I'm new here and new to R. I'm wondering whether I've used the R survey package correctly to postStratify my data. Below you can see the data structure of my dataframe (df).
utype | gender | age | regzeit | finanz | sfeld | sindex |
---|---|---|---|---|---|---|
pri | female | 23 | ja | s | ARG | 5 |
sta | male | 23 | nein | f | ARG | -7 |
sta | female | 21 | ja | ARG | 11 | |
pri | male | 28 | ja | t | ARG | 1 |
I've oversampled females for the "gender" variable and students for the "utype" variable and now want to adjust for the distribution in the population. My n=383 was oversampled to n = 477 The intended distributions of my my n=383 sample are:
utype | male | female | Sum |
---|---|---|---|
pri | 54 | 68 | 122 |
sta | 128 | 133 | 261 |
Sum | 187 | 196 | 383 |
design <- svydesign(id = ~utype+gender, data = df)
Warning message: In svydesign.default(id = ~utype + gender, data = df) : No weights or probabilities supplied, assuming equal probability
pop.types <- data.frame(utype=c("sta","pri"), Freq=c(261,122))
designp <- postStratify(design, ~utype, pop.types)
postStratify(design, ~utype, pop.types)
svymean(~sindex, design)
mean | SE
sindex 0.48008 | 0.0192
svymean(~sindex, designp)
mean | SE
sindex 0.47692 | 0
My question now is whether the below code is correct and how I can postStratify for both variables utype and gender in my code or whether I have to run the postStratify command twice. I'm especially concerned that the standard error is zero in my weighted sample and because of the warning message. And whether the Freq values are correct for what I'm trying to do here?
The last thing I've been trying to figure out is how to get the svymean, svyhist or svyboxplot functions for "sindex", but only for the observations with utype == pri, so by group basically. This should all be applied to the weighted sindex values.

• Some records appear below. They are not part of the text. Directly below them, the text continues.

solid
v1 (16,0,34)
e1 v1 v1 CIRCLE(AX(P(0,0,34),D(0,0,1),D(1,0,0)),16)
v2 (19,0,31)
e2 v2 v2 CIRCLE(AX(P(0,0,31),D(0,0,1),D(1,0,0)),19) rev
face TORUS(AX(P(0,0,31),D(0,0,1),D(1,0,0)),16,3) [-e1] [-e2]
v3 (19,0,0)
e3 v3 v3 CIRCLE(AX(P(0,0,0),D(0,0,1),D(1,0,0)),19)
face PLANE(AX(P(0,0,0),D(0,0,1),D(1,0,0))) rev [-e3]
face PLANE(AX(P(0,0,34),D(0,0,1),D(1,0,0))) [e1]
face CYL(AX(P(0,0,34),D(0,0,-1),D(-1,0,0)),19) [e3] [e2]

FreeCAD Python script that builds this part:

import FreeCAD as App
import Part
import Sketcher
from FreeCAD import Vector
Q = App.Units.Quantity


def edges_at(feature, points):
    """Names of the edges that pass closest to the given points."""
    edges = feature.Shape.Edges
    near = lambda p: min(range(len(edges)), key=lambda i: edges[i].distToShape(Part.Vertex(*p))[0])
    return sorted({f"Edge{near(p) + 1}" for p in points})

doc = App.newDocument("Part")
body = doc.addObject("PartDesign::Body", "Body")

# Sketch on XY plane
sketch1 = body.newObject("Sketcher::SketchObject", "Sketch")
sketch1.AttachmentSupport = (doc.getObject("XY_Plane"), [""])
sketch1.MapMode = "FlatFace"
sketch1.addGeometry(Part.Circle(Vector(0, 0, 0), Vector(0, 0, 1), 19), False)
sketch1.addConstraint([
    Sketcher.Constraint("Coincident", 0, 3, -1, 1),
    Sketcher.Constraint("Diameter", 0, Q("38 mm")),
])
pad1 = body.newObject("PartDesign::Pad", "Pad")
pad1.Profile = sketch1
pad1.Length = 34
doc.recompute()

fillet = body.newObject("PartDesign::Fillet", "Fillet")
fillet.Base = (pad1, edges_at(pad1, [(-19, 0, 34)]))
fillet.Radius = 3

doc.recompute()
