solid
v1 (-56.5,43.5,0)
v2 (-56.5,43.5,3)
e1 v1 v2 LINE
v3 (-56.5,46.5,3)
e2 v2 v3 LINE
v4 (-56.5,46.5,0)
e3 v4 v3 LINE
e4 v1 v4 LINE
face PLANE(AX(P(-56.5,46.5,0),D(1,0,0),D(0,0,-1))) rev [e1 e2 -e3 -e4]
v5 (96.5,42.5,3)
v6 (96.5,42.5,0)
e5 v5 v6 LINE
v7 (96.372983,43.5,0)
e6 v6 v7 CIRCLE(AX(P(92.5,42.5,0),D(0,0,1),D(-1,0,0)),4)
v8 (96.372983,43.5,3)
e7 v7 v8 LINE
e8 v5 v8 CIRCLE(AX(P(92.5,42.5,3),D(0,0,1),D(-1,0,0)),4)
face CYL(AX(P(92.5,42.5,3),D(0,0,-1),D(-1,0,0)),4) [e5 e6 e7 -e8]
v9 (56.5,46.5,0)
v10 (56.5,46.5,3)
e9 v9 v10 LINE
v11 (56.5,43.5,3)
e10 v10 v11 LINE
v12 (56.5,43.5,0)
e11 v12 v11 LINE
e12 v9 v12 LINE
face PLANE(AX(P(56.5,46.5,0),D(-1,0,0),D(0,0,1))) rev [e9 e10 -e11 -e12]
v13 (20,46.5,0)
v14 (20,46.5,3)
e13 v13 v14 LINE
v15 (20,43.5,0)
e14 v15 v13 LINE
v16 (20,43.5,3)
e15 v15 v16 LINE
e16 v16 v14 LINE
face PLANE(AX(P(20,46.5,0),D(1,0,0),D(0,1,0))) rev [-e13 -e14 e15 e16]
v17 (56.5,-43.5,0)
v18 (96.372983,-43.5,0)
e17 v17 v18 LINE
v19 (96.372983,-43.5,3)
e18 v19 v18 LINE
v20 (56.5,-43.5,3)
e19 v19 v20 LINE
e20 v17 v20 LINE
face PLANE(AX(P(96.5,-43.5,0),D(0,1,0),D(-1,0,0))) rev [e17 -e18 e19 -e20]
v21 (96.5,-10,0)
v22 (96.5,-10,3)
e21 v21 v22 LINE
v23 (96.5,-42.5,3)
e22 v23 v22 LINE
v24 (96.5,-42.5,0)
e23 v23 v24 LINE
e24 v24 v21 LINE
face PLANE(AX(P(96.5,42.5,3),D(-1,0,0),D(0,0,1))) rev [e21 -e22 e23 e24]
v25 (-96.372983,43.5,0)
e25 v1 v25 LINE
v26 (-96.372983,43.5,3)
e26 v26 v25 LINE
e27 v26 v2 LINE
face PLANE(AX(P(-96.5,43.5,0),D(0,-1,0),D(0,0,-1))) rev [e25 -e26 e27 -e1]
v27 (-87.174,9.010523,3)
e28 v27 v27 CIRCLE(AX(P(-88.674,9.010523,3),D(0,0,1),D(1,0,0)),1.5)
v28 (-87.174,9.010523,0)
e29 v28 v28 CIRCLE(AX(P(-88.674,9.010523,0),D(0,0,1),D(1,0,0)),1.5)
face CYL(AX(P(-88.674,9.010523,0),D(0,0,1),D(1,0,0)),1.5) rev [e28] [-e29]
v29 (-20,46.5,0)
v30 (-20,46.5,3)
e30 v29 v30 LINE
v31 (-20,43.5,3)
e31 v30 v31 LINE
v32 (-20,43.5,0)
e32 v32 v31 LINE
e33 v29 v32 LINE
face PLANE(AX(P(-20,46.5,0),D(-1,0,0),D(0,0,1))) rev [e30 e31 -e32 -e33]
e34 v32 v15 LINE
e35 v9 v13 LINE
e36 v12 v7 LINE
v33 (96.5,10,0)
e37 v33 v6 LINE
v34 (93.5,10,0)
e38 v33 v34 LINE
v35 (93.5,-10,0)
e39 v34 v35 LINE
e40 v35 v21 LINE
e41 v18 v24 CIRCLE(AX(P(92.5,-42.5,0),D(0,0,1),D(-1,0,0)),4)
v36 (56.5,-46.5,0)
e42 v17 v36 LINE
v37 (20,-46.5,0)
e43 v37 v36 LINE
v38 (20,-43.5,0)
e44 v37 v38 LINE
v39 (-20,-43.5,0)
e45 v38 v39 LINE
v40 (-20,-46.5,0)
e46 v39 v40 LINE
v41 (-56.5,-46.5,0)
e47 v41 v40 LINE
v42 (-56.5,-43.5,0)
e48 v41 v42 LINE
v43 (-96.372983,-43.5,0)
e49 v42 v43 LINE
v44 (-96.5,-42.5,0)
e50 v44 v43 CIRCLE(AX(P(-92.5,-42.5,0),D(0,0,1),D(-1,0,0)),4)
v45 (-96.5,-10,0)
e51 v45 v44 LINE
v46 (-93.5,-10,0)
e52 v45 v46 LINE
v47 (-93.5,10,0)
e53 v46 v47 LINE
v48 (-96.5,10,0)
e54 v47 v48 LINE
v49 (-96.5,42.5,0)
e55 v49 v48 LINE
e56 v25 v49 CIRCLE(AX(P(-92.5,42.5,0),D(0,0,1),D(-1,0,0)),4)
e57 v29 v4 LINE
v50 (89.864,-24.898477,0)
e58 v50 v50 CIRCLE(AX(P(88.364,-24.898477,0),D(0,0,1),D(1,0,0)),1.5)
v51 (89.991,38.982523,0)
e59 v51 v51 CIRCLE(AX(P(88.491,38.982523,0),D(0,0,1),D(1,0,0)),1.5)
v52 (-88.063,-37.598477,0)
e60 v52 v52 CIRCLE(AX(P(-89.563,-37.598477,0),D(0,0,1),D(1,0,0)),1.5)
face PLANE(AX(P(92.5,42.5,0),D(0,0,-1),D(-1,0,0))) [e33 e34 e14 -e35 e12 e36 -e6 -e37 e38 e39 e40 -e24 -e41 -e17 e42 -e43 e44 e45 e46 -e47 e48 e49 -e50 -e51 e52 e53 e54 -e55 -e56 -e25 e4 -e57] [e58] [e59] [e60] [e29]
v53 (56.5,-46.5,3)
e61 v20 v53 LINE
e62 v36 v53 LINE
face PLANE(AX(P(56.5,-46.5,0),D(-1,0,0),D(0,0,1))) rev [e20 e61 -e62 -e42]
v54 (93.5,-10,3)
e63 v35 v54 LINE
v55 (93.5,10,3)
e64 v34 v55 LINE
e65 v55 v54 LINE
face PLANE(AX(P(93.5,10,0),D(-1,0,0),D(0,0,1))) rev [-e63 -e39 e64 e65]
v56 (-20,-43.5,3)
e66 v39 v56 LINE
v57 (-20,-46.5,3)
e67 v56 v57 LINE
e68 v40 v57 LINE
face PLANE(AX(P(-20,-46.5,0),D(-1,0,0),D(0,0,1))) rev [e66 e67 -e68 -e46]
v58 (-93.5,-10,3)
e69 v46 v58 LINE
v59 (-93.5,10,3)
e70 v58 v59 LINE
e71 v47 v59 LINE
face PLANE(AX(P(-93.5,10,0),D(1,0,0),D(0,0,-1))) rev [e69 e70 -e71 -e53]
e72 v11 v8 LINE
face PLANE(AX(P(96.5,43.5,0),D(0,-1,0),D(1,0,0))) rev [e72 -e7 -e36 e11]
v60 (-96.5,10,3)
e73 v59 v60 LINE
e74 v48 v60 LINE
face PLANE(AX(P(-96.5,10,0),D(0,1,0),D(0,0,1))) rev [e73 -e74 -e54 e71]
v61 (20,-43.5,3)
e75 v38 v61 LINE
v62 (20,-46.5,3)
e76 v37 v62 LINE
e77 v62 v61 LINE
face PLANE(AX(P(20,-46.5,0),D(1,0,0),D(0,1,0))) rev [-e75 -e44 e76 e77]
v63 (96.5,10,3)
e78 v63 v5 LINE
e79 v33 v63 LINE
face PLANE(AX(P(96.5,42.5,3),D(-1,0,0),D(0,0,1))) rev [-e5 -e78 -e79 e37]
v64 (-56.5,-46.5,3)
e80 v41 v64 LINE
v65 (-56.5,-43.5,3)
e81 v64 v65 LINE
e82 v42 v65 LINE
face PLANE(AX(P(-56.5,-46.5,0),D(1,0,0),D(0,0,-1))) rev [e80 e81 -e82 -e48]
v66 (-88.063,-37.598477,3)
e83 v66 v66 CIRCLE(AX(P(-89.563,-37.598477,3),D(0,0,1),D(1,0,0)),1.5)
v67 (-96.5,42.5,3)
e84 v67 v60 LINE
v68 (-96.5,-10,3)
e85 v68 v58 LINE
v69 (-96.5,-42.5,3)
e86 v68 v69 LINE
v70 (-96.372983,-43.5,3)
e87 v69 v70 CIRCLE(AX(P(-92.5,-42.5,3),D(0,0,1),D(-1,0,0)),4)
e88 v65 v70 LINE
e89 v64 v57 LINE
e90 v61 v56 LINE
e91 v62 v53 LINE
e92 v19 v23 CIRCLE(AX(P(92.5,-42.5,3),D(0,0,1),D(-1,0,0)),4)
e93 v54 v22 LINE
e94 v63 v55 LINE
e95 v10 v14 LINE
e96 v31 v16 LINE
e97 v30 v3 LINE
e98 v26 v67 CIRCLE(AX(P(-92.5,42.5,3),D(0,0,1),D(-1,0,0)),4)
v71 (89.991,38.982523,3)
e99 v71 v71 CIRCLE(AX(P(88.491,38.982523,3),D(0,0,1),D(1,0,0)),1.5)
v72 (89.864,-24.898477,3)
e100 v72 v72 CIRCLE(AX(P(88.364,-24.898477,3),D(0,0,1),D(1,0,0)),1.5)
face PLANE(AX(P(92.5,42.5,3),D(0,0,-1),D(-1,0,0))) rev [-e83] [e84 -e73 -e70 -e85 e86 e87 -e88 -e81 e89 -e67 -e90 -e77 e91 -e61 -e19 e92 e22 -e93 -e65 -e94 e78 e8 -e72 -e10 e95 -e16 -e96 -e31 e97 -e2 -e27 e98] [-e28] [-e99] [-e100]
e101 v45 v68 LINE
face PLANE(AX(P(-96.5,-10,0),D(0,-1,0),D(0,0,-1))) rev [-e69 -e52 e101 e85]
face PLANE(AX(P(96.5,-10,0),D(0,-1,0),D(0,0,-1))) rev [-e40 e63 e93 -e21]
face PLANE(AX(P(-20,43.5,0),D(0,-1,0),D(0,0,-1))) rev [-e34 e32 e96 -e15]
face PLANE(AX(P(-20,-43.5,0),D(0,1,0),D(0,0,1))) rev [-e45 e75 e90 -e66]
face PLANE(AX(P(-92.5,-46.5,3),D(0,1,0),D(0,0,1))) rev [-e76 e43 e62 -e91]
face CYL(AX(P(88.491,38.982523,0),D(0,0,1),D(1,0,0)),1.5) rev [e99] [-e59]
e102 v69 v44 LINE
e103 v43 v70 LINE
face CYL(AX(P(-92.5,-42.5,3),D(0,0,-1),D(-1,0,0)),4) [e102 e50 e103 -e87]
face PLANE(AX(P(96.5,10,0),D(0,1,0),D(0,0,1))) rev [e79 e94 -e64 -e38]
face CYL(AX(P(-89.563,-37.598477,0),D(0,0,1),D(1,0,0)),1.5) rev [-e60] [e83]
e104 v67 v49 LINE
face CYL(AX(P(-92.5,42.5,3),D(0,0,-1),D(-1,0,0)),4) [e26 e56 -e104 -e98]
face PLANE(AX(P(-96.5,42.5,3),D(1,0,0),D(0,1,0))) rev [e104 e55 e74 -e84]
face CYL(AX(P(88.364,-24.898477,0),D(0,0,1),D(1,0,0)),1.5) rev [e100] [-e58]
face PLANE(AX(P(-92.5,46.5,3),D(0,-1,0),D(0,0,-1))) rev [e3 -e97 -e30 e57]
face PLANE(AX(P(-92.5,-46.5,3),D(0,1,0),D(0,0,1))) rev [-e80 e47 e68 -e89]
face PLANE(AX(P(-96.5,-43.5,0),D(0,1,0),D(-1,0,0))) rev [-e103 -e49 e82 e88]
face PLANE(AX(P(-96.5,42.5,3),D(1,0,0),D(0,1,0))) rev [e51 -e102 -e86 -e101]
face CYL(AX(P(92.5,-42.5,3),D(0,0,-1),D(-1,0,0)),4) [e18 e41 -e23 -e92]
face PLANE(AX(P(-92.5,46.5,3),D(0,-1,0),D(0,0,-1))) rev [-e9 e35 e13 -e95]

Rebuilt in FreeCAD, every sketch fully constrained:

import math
import FreeCAD as App
import Part
import Sketcher
from FreeCAD import Vector
Q = App.Units.Quantity


def add_polygon(sketch, points):
    """Adds a closed chain of lines whose ends are joined by coincident constraints."""
    first, n = sketch.GeometryCount, len(points)
    for a, b in zip(points, points[1:] + points[:1]):
        sketch.addGeometry(Part.LineSegment(App.Vector(*a, 0), App.Vector(*b, 0)), False)
    for i in range(n):
        sketch.addConstraint(Sketcher.Constraint("Coincident", first + i, 2, first + (i + 1) % n, 1))

doc = App.newDocument("Part")
params = doc.addObject("Spreadsheet::Sheet", "Params")
for row, (alias, value) in enumerate([
    ("sketch1_radius", "4 mm"),
    ("sketch1_width", "185 mm"),
    ("sketch1_height", "85 mm"),
    ("pad1_length", "3 mm"),
    ("sketch2_diameter", "3 mm"),
    ("sketch2_width", "3 mm"),
    ("sketch2_width2", "40 mm"),
    ("sketch2_height", "20 mm"),
    ("pocket1_length", "3 mm"),
], start=1):
    params.set(f"A{row}", alias)
    params.set(f"B{row}", "=" + value)
    params.setAlias(f"B{row}", alias)

body = doc.addObject("PartDesign::Body", "Body")

# Sketch on XY plane
sketch1 = doc.addObject("Sketcher::SketchObject", "Sketch")
body.addObject(sketch1)
sketch1.AttachmentSupport = (doc.XY_Plane, [""])
sketch1.MapMode = "FlatFace"
sketch1.addGeometry([
    Part.LineSegment(Vector(92.5, 46.5, 0), Vector(-92.5, 46.5, 0)),  # 0
    Part.ArcOfCircle(Part.Circle(Vector(-92.5, 42.5, 0), Vector(0, 0, 1), 4), math.radians(90), math.radians(180)),  # 1
    Part.LineSegment(Vector(-96.5, 42.5, 0), Vector(-96.5, -42.5, 0)),  # 2
    Part.ArcOfCircle(Part.Circle(Vector(-92.5, -42.5, 0), Vector(0, 0, 1), 4), math.radians(180), math.radians(270)),  # 3
    Part.LineSegment(Vector(-92.5, -46.5, 0), Vector(92.5, -46.5, 0)),  # 4
    Part.ArcOfCircle(Part.Circle(Vector(92.5, -42.5, 0), Vector(0, 0, 1), 4), math.radians(-90), math.radians(0)),  # 5
    Part.LineSegment(Vector(96.5, -42.5, 0), Vector(96.5, 42.5, 0)),  # 6
    Part.ArcOfCircle(Part.Circle(Vector(92.5, 42.5, 0), Vector(0, 0, 1), 4), math.radians(0), math.radians(90)),  # 7
], False)
sketch1.addConstraint([
    Sketcher.Constraint("Tangent", 0, 2, 1, 1),
    Sketcher.Constraint("Tangent", 1, 2, 2, 1),
    Sketcher.Constraint("Tangent", 2, 2, 3, 1),
    Sketcher.Constraint("Tangent", 3, 2, 4, 1),
    Sketcher.Constraint("Tangent", 4, 2, 5, 1),
    Sketcher.Constraint("Tangent", 5, 2, 6, 1),
    Sketcher.Constraint("Tangent", 6, 2, 7, 1),
    Sketcher.Constraint("Tangent", 7, 2, 0, 1),
    Sketcher.Constraint("Horizontal", 0),
    Sketcher.Constraint("Vertical", 2),
    Sketcher.Constraint("Horizontal", 4),
    Sketcher.Constraint("Vertical", 6),
    Sketcher.Constraint("Equal", 1, 3),
    Sketcher.Constraint("Equal", 3, 5),
    Sketcher.Constraint("Equal", 5, 7),
    Sketcher.Constraint("Symmetric", 1, 3, 5, 3, -1, 1),
    Sketcher.Constraint("Radius", 1, Q("4 mm")),
    Sketcher.Constraint("DistanceX", 0, 2, 0, 1, Q("185 mm")),
    Sketcher.Constraint("DistanceY", 2, 2, 2, 1, Q("85 mm")),
])
sketch1.setExpression("Constraints[16]", "Params.sketch1_radius")
sketch1.setExpression("Constraints[17]", "Params.sketch1_width")
sketch1.setExpression("Constraints[18]", "Params.sketch1_height")
pad1 = doc.addObject("PartDesign::Pad", "Pad")
body.addObject(pad1)
pad1.Profile = sketch1
pad1.setExpression("Length", "Params.pad1_length")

I hope I'm conforming to all the rules. Many thanks in advance!
You don't want to post-stratify twice (that would give you raking). You want to post-stratify once, using a post-stratum variable that is a combination of your two variables gender, as in your 2x2 table. That is,
designp <- update(designp, combined_var = interaction(gender,utype))
You now specify a pop.types=
argument that has the desired frequencies for each of the four levels of this new variable.
With only the four observations you list, you will end up with zero standard errors because there isn't any variation within any of the post-strata.